KEY WORDS: Manila clam, Ruditapes philippinarum, 16S rRNA, real-time PCR, SYBR Green, larvae detection, larvae quantification

INTRODUCTION

The study of exploited bivalve populations is largely based on the analysis of production data, size structure, reproductive patterns, and genetic structure. These analyses involve census, recruitment monitoring and estimation of growth rate, condition index, gonadal maturation stages, spawning dates, mortality rate, and gene flow (Gosling 2003). However, studies involving crucial larval stages, both in wild and cultured populations, still remain largely inaccessible because of the difficulties experienced with identifying species reliably using microscopy, and with processing a large number of samples for quantifying planktonic larval distributions (Hare et al. 2000, Elizabeth & Cheryl 2002).

The application of rapid, species-specific, and high-throughput PCR-based methods for bivalve larvae detection have been reported only in a few cases. One example is the use of a multiplex PCR method to identify larvae from six commercially relevant species (Hare et al. 2000). Another example is the use of amplification of species-specific microsatellite alleles for identifying the European oyster, Ostrea edulis, larvae (Morgan & Rogers 2001). In the case of the Pacific oyster, Crassostrea virginica, larval detection was carried out using species-specific primers that flanked mitochondrial COX1 sequences (Patil et al. 2005). Detection of the golden mussel, Limnoperna fortunei, was likewise carried out using COX1 species-specific primers (Pie et al. 2006, Boeger et al. 2007). However, these methods do not provide an accurate quantification of larval number. There thus arose the need for detecting and quantifying bivalve larvae using real-time PCR as demonstrated in other marine invertebrates (Vadopalas et al. 2006). Therefore, a methodological approximation based on SYBR Green-based real-time PCR was used for quantifying the invasive golden mussel larvae (Endo et al. 2009).

The Pacific Manila clam, Ruditapes philippinarum (Adams & Reeve, 1850), was originally distributed throughout the subtropical and low boreal coasts of the Indo-Pacific basin. It is currently the most commercially relevant nonautochthonous cultured clam in Europe and in other parts of the world (FAO 2005). The Manila clam's habitat adaptability, fast growth, high productivity, and disease resistance are characteristics that are quite suitable for clam aquaculture and favor survival success of accidental introductions in diverse worldwide coastal areas (Gosling 2003). This has led to the Manila clam's wide distribution outside its original range--along the northeast Pacific, North Atlantic, and Mediterranean coasts--which has given rise to naturalized populations that are now available for exploitation (Jensen et al. 2004). This species shows an unusual double uniparental inheritance (DUI) of mitochondrial DNA (mtDNA), that results in heteroplasmic F and M types of mtDNA (Passamonti & Scali 2001).

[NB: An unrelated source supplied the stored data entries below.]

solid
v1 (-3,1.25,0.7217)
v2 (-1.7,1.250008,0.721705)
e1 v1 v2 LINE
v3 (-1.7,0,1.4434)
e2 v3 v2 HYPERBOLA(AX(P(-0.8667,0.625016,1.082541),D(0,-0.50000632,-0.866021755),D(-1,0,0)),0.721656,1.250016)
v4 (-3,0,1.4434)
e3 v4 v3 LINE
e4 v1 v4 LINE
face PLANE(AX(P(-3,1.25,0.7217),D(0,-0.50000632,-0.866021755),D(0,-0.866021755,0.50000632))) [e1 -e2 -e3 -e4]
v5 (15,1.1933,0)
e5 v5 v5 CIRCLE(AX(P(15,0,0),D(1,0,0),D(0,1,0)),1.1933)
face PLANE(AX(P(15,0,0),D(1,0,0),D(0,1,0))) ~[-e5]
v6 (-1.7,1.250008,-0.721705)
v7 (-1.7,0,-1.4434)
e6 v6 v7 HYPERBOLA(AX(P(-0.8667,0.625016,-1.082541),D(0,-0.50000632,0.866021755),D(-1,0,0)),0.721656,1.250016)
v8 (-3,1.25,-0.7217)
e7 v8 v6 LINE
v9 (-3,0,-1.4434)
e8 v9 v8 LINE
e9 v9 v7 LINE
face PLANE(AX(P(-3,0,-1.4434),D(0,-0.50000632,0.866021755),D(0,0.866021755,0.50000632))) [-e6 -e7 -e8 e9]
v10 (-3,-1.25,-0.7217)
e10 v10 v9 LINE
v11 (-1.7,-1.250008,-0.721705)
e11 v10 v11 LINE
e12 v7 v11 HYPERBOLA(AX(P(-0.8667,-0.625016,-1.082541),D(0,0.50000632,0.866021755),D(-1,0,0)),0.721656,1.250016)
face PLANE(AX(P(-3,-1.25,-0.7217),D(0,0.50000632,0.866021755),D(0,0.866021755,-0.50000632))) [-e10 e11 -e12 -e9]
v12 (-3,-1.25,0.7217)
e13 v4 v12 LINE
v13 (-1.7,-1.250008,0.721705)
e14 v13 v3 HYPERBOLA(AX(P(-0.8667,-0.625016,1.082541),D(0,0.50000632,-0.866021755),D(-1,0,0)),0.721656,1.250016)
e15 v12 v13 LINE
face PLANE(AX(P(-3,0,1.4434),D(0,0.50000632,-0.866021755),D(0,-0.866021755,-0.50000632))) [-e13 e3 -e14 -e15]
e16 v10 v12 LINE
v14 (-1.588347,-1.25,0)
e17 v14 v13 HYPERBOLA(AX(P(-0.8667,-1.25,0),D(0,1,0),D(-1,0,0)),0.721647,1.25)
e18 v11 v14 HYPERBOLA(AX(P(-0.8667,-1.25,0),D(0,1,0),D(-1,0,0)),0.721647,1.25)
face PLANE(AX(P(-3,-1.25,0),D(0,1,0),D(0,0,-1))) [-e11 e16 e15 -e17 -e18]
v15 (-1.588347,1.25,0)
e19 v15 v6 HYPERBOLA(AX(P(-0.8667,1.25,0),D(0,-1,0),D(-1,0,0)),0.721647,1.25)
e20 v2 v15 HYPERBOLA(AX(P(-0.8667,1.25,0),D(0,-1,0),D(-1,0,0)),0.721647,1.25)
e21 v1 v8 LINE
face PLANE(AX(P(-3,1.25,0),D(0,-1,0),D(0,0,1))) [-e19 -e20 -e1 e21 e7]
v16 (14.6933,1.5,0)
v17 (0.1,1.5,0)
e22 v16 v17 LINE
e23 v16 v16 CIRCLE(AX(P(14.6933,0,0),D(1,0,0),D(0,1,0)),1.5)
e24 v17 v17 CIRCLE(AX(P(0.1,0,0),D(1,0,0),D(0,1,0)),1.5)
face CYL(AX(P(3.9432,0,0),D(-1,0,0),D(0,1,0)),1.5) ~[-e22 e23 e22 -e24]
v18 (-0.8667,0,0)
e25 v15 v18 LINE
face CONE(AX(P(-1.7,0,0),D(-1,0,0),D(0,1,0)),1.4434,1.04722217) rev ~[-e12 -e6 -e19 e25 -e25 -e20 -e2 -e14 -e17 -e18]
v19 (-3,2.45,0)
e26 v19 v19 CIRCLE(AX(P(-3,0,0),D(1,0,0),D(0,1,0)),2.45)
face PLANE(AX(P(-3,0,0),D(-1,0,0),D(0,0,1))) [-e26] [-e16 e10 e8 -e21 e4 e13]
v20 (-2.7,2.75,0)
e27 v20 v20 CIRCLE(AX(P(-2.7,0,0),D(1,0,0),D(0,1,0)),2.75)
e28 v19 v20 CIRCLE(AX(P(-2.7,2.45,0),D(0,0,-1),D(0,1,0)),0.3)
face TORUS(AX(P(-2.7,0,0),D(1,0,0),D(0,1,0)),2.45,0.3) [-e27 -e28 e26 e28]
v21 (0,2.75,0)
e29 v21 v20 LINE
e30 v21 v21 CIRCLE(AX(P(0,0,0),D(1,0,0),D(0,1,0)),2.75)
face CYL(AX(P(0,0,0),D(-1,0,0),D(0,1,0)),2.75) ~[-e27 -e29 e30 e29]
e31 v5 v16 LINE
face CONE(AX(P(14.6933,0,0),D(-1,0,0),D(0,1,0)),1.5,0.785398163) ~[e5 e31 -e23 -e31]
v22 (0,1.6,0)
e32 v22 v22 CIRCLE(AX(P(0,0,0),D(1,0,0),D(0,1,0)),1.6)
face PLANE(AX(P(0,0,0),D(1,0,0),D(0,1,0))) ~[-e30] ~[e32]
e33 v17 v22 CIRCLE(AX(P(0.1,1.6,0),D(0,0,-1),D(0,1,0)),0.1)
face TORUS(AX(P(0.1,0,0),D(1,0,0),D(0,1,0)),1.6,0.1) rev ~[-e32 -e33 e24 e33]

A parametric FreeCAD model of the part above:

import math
import FreeCAD as App
import Part
import Sketcher
from FreeCAD import Vector
Q = App.Units.Quantity


def edges_at(feature, points):
    """Names of the edges that pass closest to the given points."""
    edges = feature.Shape.Edges
    near = lambda p: min(range(len(edges)), key=lambda i: edges[i].distToShape(Part.Vertex(*p))[0])
    return sorted({f"Edge{near(p) + 1}" for p in points})

doc = App.newDocument("Part")
params = doc.addObject("Spreadsheet::Sheet", "Params")
for row, (alias, value) in enumerate([
    ("sketch1_width", "15 mm"),
    ("sketch1_width2", "3 mm"),
    ("sketch1_width3", "1.3 mm"),
    ("sketch1_height", "1.5 mm"),
    ("sketch1_height2", "1.25 mm"),
    ("revolution_angle", "360 deg"),
    ("fillet_radius", "0.3 mm"),
    ("chamfer_size", "0.3067 mm"),
    ("chamfer_size2", "0.3067 mm"),
    ("fillet2_radius", "0.1 mm"),
], start=1):
    params.set(f"A{row}", alias)
    params.set(f"B{row}", "=" + value)
    params.setAlias(f"B{row}", alias)

body = doc.addObject("PartDesign::Body", "Body")

sketch1 = doc.addObject("Sketcher::SketchObject", "Sketch")
body.addObject(sketch1)
sketch1.AttachmentSupport = (doc.XY_Plane, [""])
sketch1.MapMode = "FlatFace"
sketch1.addGeometry(Part.LineSegment(Vector(-1.7, 1.4, 0), Vector(-0.9, 0, 0)), False)
sketch1.addGeometry(Part.LineSegment(Vector(-0.9, 0, 0), Vector(15, 0, 0)), False)
sketch1.addGeometry(Part.LineSegment(Vector(15, 0, 0), Vector(15, 1.5, 0)), False)
sketch1.addGeometry(Part.LineSegment(Vector(15, 1.5, 0), Vector(0, 1.5, 0)), False)
sketch1.addGeometry(Part.LineSegment(Vector(0, 1.5, 0), Vector(0, 2.8, 0)), False)
sketch1.addGeometry(Part.LineSegment(Vector(0, 2.8, 0), Vector(-3, 2.8, 0)), False)
sketch1.addGeometry(Part.LineSegment(Vector(-3, 2.8, 0), Vector(-3, 1.4, 0)), False)
sketch1.addGeometry(Part.LineSegment(Vector(-3, 1.4, 0), Vector(-1.7, 1.4, 0)), False)
sketch1.addConstraint(Sketcher.Constraint("Coincident", 0, 2, 1, 1))
sketch1.addConstraint(Sketcher.Constraint("Coincident", 1, 2, 2, 1))
sketch1.addConstraint(Sketcher.Constraint("Coincident", 2, 2, 3, 1))
sketch1.addConstraint(Sketcher.Constraint("Coincident", 3, 2, 4, 1))
sketch1.addConstraint(Sketcher.Constraint("Coincident", 4, 2, 5, 1))
sketch1.addConstraint(Sketcher.Constraint("Coincident", 5, 2, 6, 1))
sketch1.addConstraint(Sketcher.Constraint("Coincident", 6, 2, 7, 1))
sketch1.addConstraint(Sketcher.Constraint("Coincident", 7, 2, 0, 1))
sketch1.addConstraint(Sketcher.Constraint("Horizontal", 1))
sketch1.addConstraint(Sketcher.Constraint("Vertical", 2))
sketch1.addConstraint(Sketcher.Constraint("Horizontal", 3))
sketch1.addConstraint(Sketcher.Constraint("Vertical", 4))
sketch1.addConstraint(Sketcher.Constraint("Horizontal", 5))
sketch1.addConstraint(Sketcher.Constraint("Vertical", 6))
sketch1.addConstraint(Sketcher.Constraint("Horizontal", 7))
sketch1.addConstraint(Sketcher.Constraint("PointOnObject", 0, 2, -1))
sketch1.addConstraint(Sketcher.Constraint("PointOnObject", 3, 2, -2))
sketch1.addConstraint(Sketcher.Constraint("DistanceX", 3, 2, 3, 1, Q("15 mm")))
sketch1.addConstraint(Sketcher.Constraint("DistanceX", 5, 2, 5, 1, Q("3 mm")))
sketch1.addConstraint(Sketcher.Constraint("DistanceX", 7, 1, 7, 2, Q("1.3 mm")))
sketch1.addConstraint(Sketcher.Constraint("DistanceY", 2, 1, 2, 2, Q("1.5 mm")))
sketch1.addConstraint(Sketcher.Constraint("DistanceY", 4, 1, 4, 2, Q("1.25 mm")))
sketch1.addConstraint(Sketcher.Constraint("DistanceX", 1, 1, 1, 2, Q("15.8667 mm")))
sketch1.addConstraint(Sketcher.Constraint("DistanceY", 6, 2, 6, 1, Q("1.3066 mm")))
sketch1.setExpression("Constraints[17]", "Params.sketch1_width")
sketch1.setExpression("Constraints[18]", "Params.sketch1_width2")
sketch1.setExpression("Constraints[19]", "Params.sketch1_width3")
sketch1.setExpression("Constraints[20]", "Params.sketch1_height")
sketch1.setExpression("Constraints[21]", "Params.sketch1_height2")
revolution = doc.addObject("PartDesign::Revolution", "Revolution")
body.addObject(revolution)
revolution.Profile = sketch1
revolution.ReferenceAxis = (sketch1, ["H_Axis"])
revolution.setExpression("Angle", "Params.revolution_angle")

sketch2 = doc.addObject("Sketcher::SketchObject", "Sketch001")
body.addObject(sketch2)
sketch2.AttachmentSupport = (doc.YZ_Plane, [""])
sketch2.MapMode = "FlatFace"
sketch2.AttachmentOffset = App.Placement(Vector(0, 0, -3), App.Rotation())
sketch2.addGeometry(Part.LineSegment(Vector(1.2, 0.7, 0), Vector(0, 1.4, 0)), False)
sketch2.addGeometry(Part.ArcOfCircle(Part.Circle(Vector(0, 0, 0), Vector(0, 0, 1), 1.4), math.radians(30), math.radians(90)), False)
sketch2.addGeometry(Part.ArcOfCircle(Part.Circle(Vector(0, 0, 0), Vector(0, 0, 1), 1.4), math.radians(90), math.radians(150)), False)
sketch2.addGeometry(Part.LineSegment(Vector(0, 1.4, 0), Vector(-1.2, 0.7, 0)), False)
sketch2.addGeometry(Part.ArcOfCircle(Part.Circle(Vector(0, 0, 0), Vector(0, 0, 1), 1.4), math.radians(-30), math.radians(30)), False)
sketch2.addGeometry(Part.LineSegment(Vector(1.2, 0.7, 0), Vector(1.2, -0.7, 0)), False)
sketch2.addGeometry(Part.LineSegment(Vector(-1.2, 0.7, 0), Vector(-1.2, -0.7, 0)), False)
sketch2.addGeometry(Part.ArcOfCircle(Part.Circle(Vector(0, 0, 0), Vector(0, 0, 1), 1.4), math.radians(150), math.radians(210)), False)
sketch2.addGeometry(Part.LineSegment(Vector(-1.2, -0.7, 0), Vector(0, -1.4, 0)), False)
sketch2.addGeometry(Part.ArcOfCircle(Part.Circle(Vector(0, 0, 0), Vector(0, 0, 1), 1.4), math.radians(-150), math.radians(-90)), False)
sketch2.addGeometry(Part.ArcOfCircle(Part.Circle(Vector(0, 0, 0), Vector(0, 0, 1), 1.4), math.radians(-90), math.radians(-30)), False)
sketch2.addGeometry(Part.LineSegment(Vector(0, -1.4, 0), Vector(1.2, -0.7, 0)), False)
sketch2.addConstraint(Sketcher.Constraint("Coincident", 0, 1, 1, 1))
sketch2.addConstraint(Sketcher.Constraint("Coincident", 1, 2, 0, 2))
sketch2.addConstraint(Sketcher.Constraint("Coincident", 2, 1, 3, 1))
sketch2.addConstraint(Sketcher.Constraint("Coincident", 3, 2, 2, 2))
sketch2.addConstraint(Sketcher.Constraint("Coincident", 4, 1, 5, 2))
sketch2.addConstraint(Sketcher.Constraint("Coincident", 5, 1, 4, 2))
sketch2.addConstraint(Sketcher.Constraint("Coincident", 6, 1, 7, 1))
sketch2.addConstraint(Sketcher.Constraint("Coincident", 7, 2, 6, 2))
sketch2.addConstraint(Sketcher.Constraint("Coincident", 8, 1, 9, 1))
sketch2.addConstraint(Sketcher.Constraint("Coincident", 9, 2, 8, 2))
sketch2.addConstraint(Sketcher.Constraint("Coincident", 10, 1, 11, 1))
sketch2.addConstraint(Sketcher.Constraint("Coincident", 11, 2, 10, 2))
sketch2.addConstraint(Sketcher.Constraint("Vertical", 5))
sketch2.addConstraint(Sketcher.Constraint("Vertical", 6))
sketch2.addConstraint(Sketcher.Constraint("Coincident", 1, 3, -1, 1))
sketch2.addConstraint(Sketcher.Constraint("Coincident", 2, 3, -1, 1))
sketch2.addConstraint(Sketcher.Constraint("Coincident", 4, 3, -1, 1))
sketch2.addConstraint(Sketcher.Constraint("Coincident", 7, 3, -1, 1))
sketch2.addConstraint(Sketcher.Constraint("Coincident", 9, 3, -1, 1))
sketch2.addConstraint(Sketcher.Constraint("Coincident", 10, 3, -1, 1))
sketch2.addConstraint(Sketcher.Constraint("Coincident", 2, 1, 1, 2))
sketch2.addConstraint(Sketcher.Constraint("Coincident", 5, 1, 0, 1))
sketch2.addConstraint(Sketcher.Constraint("Coincident", 6, 1, 3, 2))
sketch2.addConstraint(Sketcher.Constraint("Coincident", 8, 1, 7, 2))
sketch2.addConstraint(Sketcher.Constraint("Coincident", 10, 1, 9, 2))
sketch2.addConstraint(Sketcher.Constraint("PointOnObject", 1, 2, -2))
sketch2.addConstraint(Sketcher.Constraint("PointOnObject", 9, 2, -2))
sketch2.addConstraint(Sketcher.Constraint("Parallel", 0, 8))
sketch2.addConstraint(Sketcher.Constraint("Parallel", 3, 11))
sketch2.addConstraint(Sketcher.Constraint("Angle", 0, Q("149.9996 deg")))
sketch2.addConstraint(Sketcher.Constraint("Radius", 1, Q("1.4434 mm")))
pad1 = doc.addObject("PartDesign::Pad", "Pad")
body.addObject(pad1)
pad1.Profile = sketch2
pad1.Type = "UpToFirst"
doc.recompute()

fillet = doc.addObject("PartDesign::Fillet", "Fillet")
body.addObject(fillet)
fillet.Base = (pad1, edges_at(pad1, [(-3, -2.75, 0)]))
fillet.setExpression("Radius", "Params.fillet_radius")
doc.recompute()

chamfer = doc.addObject("PartDesign::Chamfer", "Chamfer")
body.addObject(chamfer)
chamfer.Base = (fillet, edges_at(fillet, [(15, -1.5, 0)]))
chamfer.ChamferType = "Two distances"
chamfer.setExpression("Size", "Params.chamfer_size")
chamfer.setExpression("Size2", "Params.chamfer_size2")
doc.recompute()

fillet2 = doc.addObject("PartDesign::Fillet", "Fillet001")
body.addObject(fillet2)
fillet2.Base = (chamfer, edges_at(chamfer, [(0, -1.5, 0)]))
fillet2.setExpression("Radius", "Params.fillet2_radius")

doc.recompute()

The first accidental introductions of this species took place in Hawaiian waters and along the Pacific coast of North America during the 1930s. Culture of this species was introduced in 1972 in France, and later in the United Kingdom. It was then introduced into Ireland, Portugal, Spain, and Italy to replace the problematic native (European) grooved carpet shell, Ruditapes decussatus, (FAO 2005). Other aquaculture initiatives spread its culture into diverse world regions and currently account for the major contribution to the annual global yield of clams. The current major culture areas in Europe are located in the Adriatic Sea (Italy), Normandy to Arcachon coast (France), and the Galician and Basque regions (Spain) (Gosling 2003). Production in the Venice Lagoon (Italy) during recent years accounts for 25,000 T (Pellizzato et al. 2010). The production of Manila clam in the Galician Rias was 1,951,499 kg in 2009 (Galicia, Spain). Production increased steadily from 2002 to a peak in 2008 at 2,261,904 kg (Xunta de Galicia 2010). In Arcachon Bay, the 2007 annual production was 1,000 T (Caill-Milly et al. 2008).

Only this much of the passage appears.